:: TRY IT ::
Print the lines that run from the line with "e12 v11 v11" to the line with "v19 (84.0105,6.35,-26.67)", keeping both end lines, exactly as they appear in the entries below, and nothing else.

:: DATA UNDER STUDY ::
*** Begin section ***

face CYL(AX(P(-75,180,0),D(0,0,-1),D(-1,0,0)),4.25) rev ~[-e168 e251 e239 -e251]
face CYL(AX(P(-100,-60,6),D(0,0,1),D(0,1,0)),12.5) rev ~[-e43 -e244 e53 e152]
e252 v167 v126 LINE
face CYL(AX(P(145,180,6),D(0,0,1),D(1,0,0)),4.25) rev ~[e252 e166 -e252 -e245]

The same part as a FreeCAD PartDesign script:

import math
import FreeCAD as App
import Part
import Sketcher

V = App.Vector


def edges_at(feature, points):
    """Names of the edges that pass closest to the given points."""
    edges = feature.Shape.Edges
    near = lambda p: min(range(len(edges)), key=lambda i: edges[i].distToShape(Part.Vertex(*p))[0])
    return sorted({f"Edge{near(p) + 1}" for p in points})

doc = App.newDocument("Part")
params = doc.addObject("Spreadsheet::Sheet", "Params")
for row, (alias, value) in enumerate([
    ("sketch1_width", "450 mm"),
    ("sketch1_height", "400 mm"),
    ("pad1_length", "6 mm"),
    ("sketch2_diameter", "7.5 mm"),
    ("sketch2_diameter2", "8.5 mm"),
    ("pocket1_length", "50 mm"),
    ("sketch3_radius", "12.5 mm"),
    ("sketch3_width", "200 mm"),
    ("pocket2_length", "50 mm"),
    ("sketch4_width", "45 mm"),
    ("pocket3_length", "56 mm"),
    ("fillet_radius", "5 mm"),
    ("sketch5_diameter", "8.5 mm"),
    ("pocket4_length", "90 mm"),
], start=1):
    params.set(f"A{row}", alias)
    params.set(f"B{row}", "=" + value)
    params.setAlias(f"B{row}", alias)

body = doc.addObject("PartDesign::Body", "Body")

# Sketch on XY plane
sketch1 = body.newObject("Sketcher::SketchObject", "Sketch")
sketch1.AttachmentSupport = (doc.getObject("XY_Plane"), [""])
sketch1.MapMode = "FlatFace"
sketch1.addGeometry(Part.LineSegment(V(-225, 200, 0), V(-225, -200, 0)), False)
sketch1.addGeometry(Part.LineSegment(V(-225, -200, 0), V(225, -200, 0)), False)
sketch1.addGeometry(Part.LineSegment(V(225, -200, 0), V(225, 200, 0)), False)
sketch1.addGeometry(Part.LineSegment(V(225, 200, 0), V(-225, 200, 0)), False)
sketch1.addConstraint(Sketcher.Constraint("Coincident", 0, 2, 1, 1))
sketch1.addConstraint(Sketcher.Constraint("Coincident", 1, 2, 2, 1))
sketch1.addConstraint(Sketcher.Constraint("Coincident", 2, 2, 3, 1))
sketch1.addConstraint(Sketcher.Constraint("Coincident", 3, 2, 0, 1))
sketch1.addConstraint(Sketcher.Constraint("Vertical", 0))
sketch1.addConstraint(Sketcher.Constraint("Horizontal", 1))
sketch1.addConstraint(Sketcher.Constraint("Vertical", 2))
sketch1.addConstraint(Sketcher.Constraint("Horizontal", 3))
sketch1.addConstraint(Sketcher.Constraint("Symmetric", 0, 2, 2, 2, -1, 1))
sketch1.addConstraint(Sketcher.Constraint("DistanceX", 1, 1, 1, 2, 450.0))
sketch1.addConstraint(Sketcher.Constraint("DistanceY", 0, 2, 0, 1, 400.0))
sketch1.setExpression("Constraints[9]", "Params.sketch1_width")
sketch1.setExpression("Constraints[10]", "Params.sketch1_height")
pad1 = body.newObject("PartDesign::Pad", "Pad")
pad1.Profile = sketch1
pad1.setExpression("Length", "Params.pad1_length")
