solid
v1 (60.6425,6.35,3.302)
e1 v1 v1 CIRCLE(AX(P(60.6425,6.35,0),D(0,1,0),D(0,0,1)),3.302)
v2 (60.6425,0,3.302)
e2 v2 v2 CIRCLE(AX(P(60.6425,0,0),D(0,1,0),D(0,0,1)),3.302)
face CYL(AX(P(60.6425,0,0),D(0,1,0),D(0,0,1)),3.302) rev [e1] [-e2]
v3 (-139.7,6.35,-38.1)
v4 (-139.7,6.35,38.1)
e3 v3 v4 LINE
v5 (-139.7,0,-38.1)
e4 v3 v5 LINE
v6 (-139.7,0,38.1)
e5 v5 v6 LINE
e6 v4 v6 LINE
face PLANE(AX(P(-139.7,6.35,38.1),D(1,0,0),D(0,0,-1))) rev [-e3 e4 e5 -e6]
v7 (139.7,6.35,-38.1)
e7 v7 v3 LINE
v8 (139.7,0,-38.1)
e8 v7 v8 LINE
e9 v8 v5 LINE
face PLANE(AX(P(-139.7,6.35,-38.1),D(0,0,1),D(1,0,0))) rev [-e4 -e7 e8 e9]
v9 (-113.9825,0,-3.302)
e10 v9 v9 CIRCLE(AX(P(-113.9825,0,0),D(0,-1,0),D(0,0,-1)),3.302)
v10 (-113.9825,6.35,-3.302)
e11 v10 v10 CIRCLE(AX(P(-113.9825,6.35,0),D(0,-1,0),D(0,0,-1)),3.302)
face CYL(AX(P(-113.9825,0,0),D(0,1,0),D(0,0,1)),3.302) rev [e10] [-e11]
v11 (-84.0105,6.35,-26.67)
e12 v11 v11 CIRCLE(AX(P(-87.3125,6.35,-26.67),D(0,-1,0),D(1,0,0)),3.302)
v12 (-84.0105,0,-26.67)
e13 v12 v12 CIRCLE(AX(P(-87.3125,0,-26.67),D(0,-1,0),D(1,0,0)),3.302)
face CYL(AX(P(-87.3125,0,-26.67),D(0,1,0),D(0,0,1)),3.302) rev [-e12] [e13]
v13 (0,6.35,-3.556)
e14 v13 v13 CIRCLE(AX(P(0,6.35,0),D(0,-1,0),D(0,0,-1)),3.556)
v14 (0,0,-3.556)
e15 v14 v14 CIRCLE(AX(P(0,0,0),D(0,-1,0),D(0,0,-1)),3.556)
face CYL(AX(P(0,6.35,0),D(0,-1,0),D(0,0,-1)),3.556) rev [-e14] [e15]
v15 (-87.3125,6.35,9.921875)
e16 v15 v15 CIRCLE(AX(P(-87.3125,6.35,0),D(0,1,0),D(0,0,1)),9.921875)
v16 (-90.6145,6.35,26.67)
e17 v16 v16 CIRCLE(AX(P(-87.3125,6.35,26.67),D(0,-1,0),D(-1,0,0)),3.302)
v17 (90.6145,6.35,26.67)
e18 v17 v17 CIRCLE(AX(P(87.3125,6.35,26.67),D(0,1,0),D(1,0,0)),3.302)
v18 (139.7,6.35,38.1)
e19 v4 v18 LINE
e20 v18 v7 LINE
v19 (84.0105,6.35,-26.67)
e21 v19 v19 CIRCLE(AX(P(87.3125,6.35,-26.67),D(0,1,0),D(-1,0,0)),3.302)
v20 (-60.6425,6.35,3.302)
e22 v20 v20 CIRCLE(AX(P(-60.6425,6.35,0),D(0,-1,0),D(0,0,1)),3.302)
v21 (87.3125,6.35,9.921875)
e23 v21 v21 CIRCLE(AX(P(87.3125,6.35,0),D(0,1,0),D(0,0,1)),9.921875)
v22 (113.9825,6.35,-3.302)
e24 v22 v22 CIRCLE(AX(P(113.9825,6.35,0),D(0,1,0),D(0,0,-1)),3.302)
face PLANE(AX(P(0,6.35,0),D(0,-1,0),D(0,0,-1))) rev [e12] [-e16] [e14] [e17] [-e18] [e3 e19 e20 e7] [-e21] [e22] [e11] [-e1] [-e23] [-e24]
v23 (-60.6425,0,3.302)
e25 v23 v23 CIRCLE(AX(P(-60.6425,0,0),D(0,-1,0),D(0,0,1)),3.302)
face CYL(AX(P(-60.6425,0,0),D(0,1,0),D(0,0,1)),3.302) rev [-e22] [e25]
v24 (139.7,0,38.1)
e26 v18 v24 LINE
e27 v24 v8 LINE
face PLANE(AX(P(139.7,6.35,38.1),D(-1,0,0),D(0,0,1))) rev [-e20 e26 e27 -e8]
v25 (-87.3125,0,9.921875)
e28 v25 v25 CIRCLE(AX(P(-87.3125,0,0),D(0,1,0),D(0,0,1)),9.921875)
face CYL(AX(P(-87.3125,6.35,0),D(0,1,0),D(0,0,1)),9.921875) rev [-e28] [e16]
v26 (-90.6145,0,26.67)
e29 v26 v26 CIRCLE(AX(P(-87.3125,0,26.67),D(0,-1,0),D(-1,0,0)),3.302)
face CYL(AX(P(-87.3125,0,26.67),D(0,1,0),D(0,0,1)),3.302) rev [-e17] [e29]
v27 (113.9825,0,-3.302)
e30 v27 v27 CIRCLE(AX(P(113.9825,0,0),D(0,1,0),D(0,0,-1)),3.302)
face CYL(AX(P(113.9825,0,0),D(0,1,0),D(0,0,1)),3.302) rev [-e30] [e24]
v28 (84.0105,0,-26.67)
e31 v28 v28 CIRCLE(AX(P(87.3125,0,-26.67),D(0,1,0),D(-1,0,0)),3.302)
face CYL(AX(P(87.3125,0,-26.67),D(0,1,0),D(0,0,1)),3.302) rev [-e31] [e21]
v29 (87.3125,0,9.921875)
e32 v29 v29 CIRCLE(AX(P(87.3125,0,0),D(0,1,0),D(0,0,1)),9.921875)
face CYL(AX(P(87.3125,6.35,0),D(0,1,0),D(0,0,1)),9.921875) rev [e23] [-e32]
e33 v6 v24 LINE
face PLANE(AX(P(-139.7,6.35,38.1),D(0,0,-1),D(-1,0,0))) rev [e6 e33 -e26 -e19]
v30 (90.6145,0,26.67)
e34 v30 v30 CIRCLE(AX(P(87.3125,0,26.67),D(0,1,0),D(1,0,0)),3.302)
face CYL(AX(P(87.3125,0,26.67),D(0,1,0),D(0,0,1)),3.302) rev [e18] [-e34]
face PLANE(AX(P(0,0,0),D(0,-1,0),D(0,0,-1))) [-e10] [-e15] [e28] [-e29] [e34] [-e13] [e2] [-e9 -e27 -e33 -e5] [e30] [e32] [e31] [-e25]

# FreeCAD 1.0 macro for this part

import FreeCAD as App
import Part
import Sketcher
from FreeCAD import Vector
Q = App.Units.Quantity

doc = App.newDocument("Part")
body = doc.addObject("PartDesign::Body", "Body")

sketch1 = doc.addObject("Sketcher::SketchObject", "Sketch")
body.addObject(sketch1)
sketch1.AttachmentSupport = (doc.XZ_Plane, [""])
sketch1.MapMode = "FlatFace"
sketch1.addGeometry(Part.LineSegment(Vector(-140, -38, 0), Vector(-140, 38, 0)), False)
sketch1.addGeometry(Part.LineSegment(Vector(-140, 38, 0), Vector(140, 38, 0)), False)
sketch1.addGeometry(Part.LineSegment(Vector(140, 38, 0), Vector(140, -38, 0)), False)
sketch1.addGeometry(Part.LineSegment(Vector(140, -38, 0), Vector(-140, -38, 0)), False)
sketch1.addConstraint(Sketcher.Constraint("Coincident", 0, 2, 1, 1))
sketch1.addConstraint(Sketcher.Constraint("Coincident", 1, 2, 2, 1))
sketch1.addConstraint(Sketcher.Constraint("Coincident", 2, 2, 3, 1))
sketch1.addConstraint(Sketcher.Constraint("Coincident", 3, 2, 0, 1))
sketch1.addConstraint(Sketcher.Constraint("Vertical", 0))
sketch1.addConstraint(Sketcher.Constraint("Horizontal", 1))
sketch1.addConstraint(Sketcher.Constraint("Vertical", 2))
sketch1.addConstraint(Sketcher.Constraint("Horizontal", 3))
sketch1.addConstraint(Sketcher.Constraint("Symmetric", 0, 2, 2, 2, -1, 1))
sketch1.addConstraint(Sketcher.Constraint("DistanceX", 1, 1, 1, 2, Q("11 in")))
sketch1.addConstraint(Sketcher.Constraint("DistanceY", 0, 1, 0, 2, Q("3 in")))
pad1 = doc.addObject("PartDesign::Pad", "Pad")
body.addObject(pad1)
pad1.Profile = sketch1
pad1.Length = Q("0.25 in")
pad1.Reversed = True

sketch2 = doc.addObject("Sketcher::SketchObject", "Sketch001")
body.addObject(sketch2)
sketch2.AttachmentSupport = (doc.XZ_Plane, [""])
sketch2.MapMode = "FlatFace"
sketch2.AttachmentOffset = App.Placement(Vector(0, 0, -0.25 * 25.4), App.Rotation())
sketch2.addGeometry(Part.Circle(Vector(87, 0, 0), Vector(0, 0, 1), 10), False)
sketch2.addConstraint(Sketcher.Constraint("PointOnObject", 0, 3, -1))
sketch2.addConstraint(Sketcher.Constraint("Diameter", 0, Q("0.78125 in")))
sketch2.addConstraint(Sketcher.Constraint("DistanceX", -1, 1, 0, 3, Q("3.4375 in")))
doc.recompute()
hole = doc.addObject("PartDesign::Hole", "Hole")
body.addObject(hole)
hole.Profile = sketch2
hole.ThreadType = "None"
hole.Diameter = Q("0.78125 in")
hole.DepthType = "ThroughAll"
hole.Reversed = True

sketch3 = doc.addObject("Sketcher::SketchObject", "Sketch002")
body.addObject(sketch3)
sketch3.AttachmentSupport = (doc.XZ_Plane, [""])
sketch3.MapMode = "FlatFace"
sketch3.AttachmentOffset = App.Placement(Vector(0, 0, -0.25 * 25.4), App.Rotation())
sketch3.addGeometry(Part.Circle(Vector(60.6, 0, 0), Vector(0, 0, 1), 3.3), False)
sketch3.addConstraint(Sketcher.Constraint("PointOnObject", 0, 3, -1))
sketch3.addConstraint(Sketcher.Constraint("Diameter", 0, Q("0.26 in")))
sketch3.addConstraint(Sketcher.Constraint("DistanceX", -1, 1, 0, 3, Q("2.3875 in")))
pocket1 = doc.addObject("PartDesign::Pocket", "Pocket")
body.addObject(pocket1)
pocket1.Profile = sketch3
pocket1.Length = Q("0.25 in")
pocket1.Reversed = True
doc.recompute()

datumline = doc.addObject("PartDesign::Line", "DatumLine")
body.addObject(datumline)
datumline.Placement = App.Placement(Vector(87.3125, 0, 0), App.Rotation(Vector(0, 0, 1), Vector(0, 1, 0)))
polarpattern = doc.addObject("PartDesign::PolarPattern", "PolarPattern")
body.addObject(polarpattern)
polarpattern.Originals = [pocket1]
polarpattern.Axis = (datumline, [""])
polarpattern.Angle = 360
polarpattern.Occurrences = 4
body.Tip = polarpattern
doc.recompute()

mirrored = doc.addObject("PartDesign::Mirrored", "Mirrored")
body.addObject(mirrored)
mirrored.Originals = [hole, pocket1]
mirrored.MirrorPlane = (doc.YZ_Plane, [""])
body.Tip = mirrored

sketch4 = doc.addObject("Sketcher::SketchObject", "Sketch003")
body.addObject(sketch4)
sketch4.AttachmentSupport = (doc.XZ_Plane, [""])
sketch4.MapMode = "FlatFace"
sketch4.AttachmentOffset = App.Placement(Vector(0, 0, -0.25 * 25.4), App.Rotation())
sketch4.addGeometry(Part.Circle(Vector(-87.3, 26.7, 0), Vector(0, 0, 1), 3.3), False)
sketch4.addConstraint(Sketcher.Constraint("Diameter", 0, Q("0.26 in")))
sketch4.addConstraint(Sketcher.Constraint("DistanceY", -1, 1, 0, 3, Q("1.05 in")))
sketch4.addConstraint(Sketcher.Constraint("DistanceX", 0, 3, -1, 1, Q("3.4375 in")))
pocket2 = doc.addObject("PartDesign::Pocket", "Pocket001")
body.addObject(pocket2)
pocket2.Profile = sketch4
pocket2.Length = Q("0.25 in")
pocket2.Reversed = True

sketch5 = doc.addObject("Sketcher::SketchObject", "Sketch004")
body.addObject(sketch5)
sketch5.AttachmentSupport = (doc.XZ_Plane, [""])
sketch5.MapMode = "FlatFace"
sketch5.AttachmentOffset = App.Placement(Vector(0, 0, -0.25 * 25.4), App.Rotation())
sketch5.addGeometry(Part.Circle(Vector(-114, 0, 0), Vector(0, 0, 1), 3.3), False)
sketch5.addConstraint(Sketcher.Constraint("PointOnObject", 0, 3, -1))
sketch5.addConstraint(Sketcher.Constraint("Diameter", 0, Q("0.26 in")))
sketch5.addConstraint(Sketcher.Constraint("DistanceX", 0, 3, -1, 1, Q("4.4875 in")))
pocket3 = doc.addObject("PartDesign::Pocket", "Pocket002")
body.addObject(pocket3)
pocket3.Profile = sketch5
pocket3.Length = Q("0.25 in")
pocket3.Reversed = True

sketch6 = doc.addObject("Sketcher::SketchObject", "Sketch005")
body.addObject(sketch6)
sketch6.AttachmentSupport = (doc.XZ_Plane, [""])
sketch6.MapMode = "FlatFace"
sketch6.AttachmentOffset = App.Placement(Vector(0, 0, -0.25 * 25.4), App.Rotation())
sketch6.addGeometry(Part.Circle(Vector(-87.3, -26.7, 0), Vector(0, 0, 1), 3.3), False)
sketch6.addConstraint(Sketcher.Constraint("Diameter", 0, Q("0.26 in")))
sketch6.addConstraint(Sketcher.Constraint("DistanceY", 0, 3, -1, 1, Q("1.05 in")))
sketch6.addConstraint(Sketcher.Constraint("DistanceX", 0, 3, -1, 1, Q("3.4375 in")))
pocket4 = doc.addObject("PartDesign::Pocket", "Pocket003")
body.addObject(pocket4)
pocket4.Profile = sketch6
pocket4.Length = Q("0.25 in")
pocket4.Reversed = True

sketch7 = doc.addObject("Sketcher::SketchObject", "Sketch006")
body.addObject(sketch7)
sketch7.AttachmentSupport = (doc.XZ_Plane, [""])
sketch7.MapMode = "FlatFace"
sketch7.addGeometry(Part.Circle(Vector(0, 0, 0), Vector(0, 0, 1), 3.6), False)
sketch7.addConstraint(Sketcher.Constraint("Coincident", 0, 3, -1, 1))
sketch7.addConstraint(Sketcher.Constraint("Diameter", 0, Q("0.28 in")))
pocket5 = doc.addObject("PartDesign::Pocket", "Pocket004")
body.addObject(pocket5)
pocket5.Profile = sketch7
pocket5.Length = Q("0.25 in")

doc.recompute()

*** End section ***

:: SOLUTION FOR THIS TASK ::
e12 v11 v11 CIRCLE(AX(P(-87.3125,6.35,-26.67),D(0,-1,0),D(1,0,0)),3.302)
v12 (-84.0105,0,-26.67)
e13 v12 v12 CIRCLE(AX(P(-87.3125,0,-26.67),D(0,-1,0),D(1,0,0)),3.302)
face CYL(AX(P(-87.3125,0,-26.67),D(0,1,0),D(0,0,1)),3.302) rev [-e12] [e13]
v13 (0,6.35,-3.556)
e14 v13 v13 CIRCLE(AX(P(0,6.35,0),D(0,-1,0),D(0,0,-1)),3.556)
v14 (0,0,-3.556)
e15 v14 v14 CIRCLE(AX(P(0,0,0),D(0,-1,0),D(0,0,-1)),3.556)
face CYL(AX(P(0,6.35,0),D(0,-1,0),D(0,0,-1)),3.556) rev [-e14] [e15]
v15 (-87.3125,6.35,9.921875)
e16 v15 v15 CIRCLE(AX(P(-87.3125,6.35,0),D(0,1,0),D(0,0,1)),9.921875)
v16 (-90.6145,6.35,26.67)
e17 v16 v16 CIRCLE(AX(P(-87.3125,6.35,26.67),D(0,-1,0),D(-1,0,0)),3.302)
v17 (90.6145,6.35,26.67)
e18 v17 v17 CIRCLE(AX(P(87.3125,6.35,26.67),D(0,1,0),D(1,0,0)),3.302)
v18 (139.7,6.35,38.1)
e19 v4 v18 LINE
e20 v18 v7 LINE
v19 (84.0105,6.35,-26.67)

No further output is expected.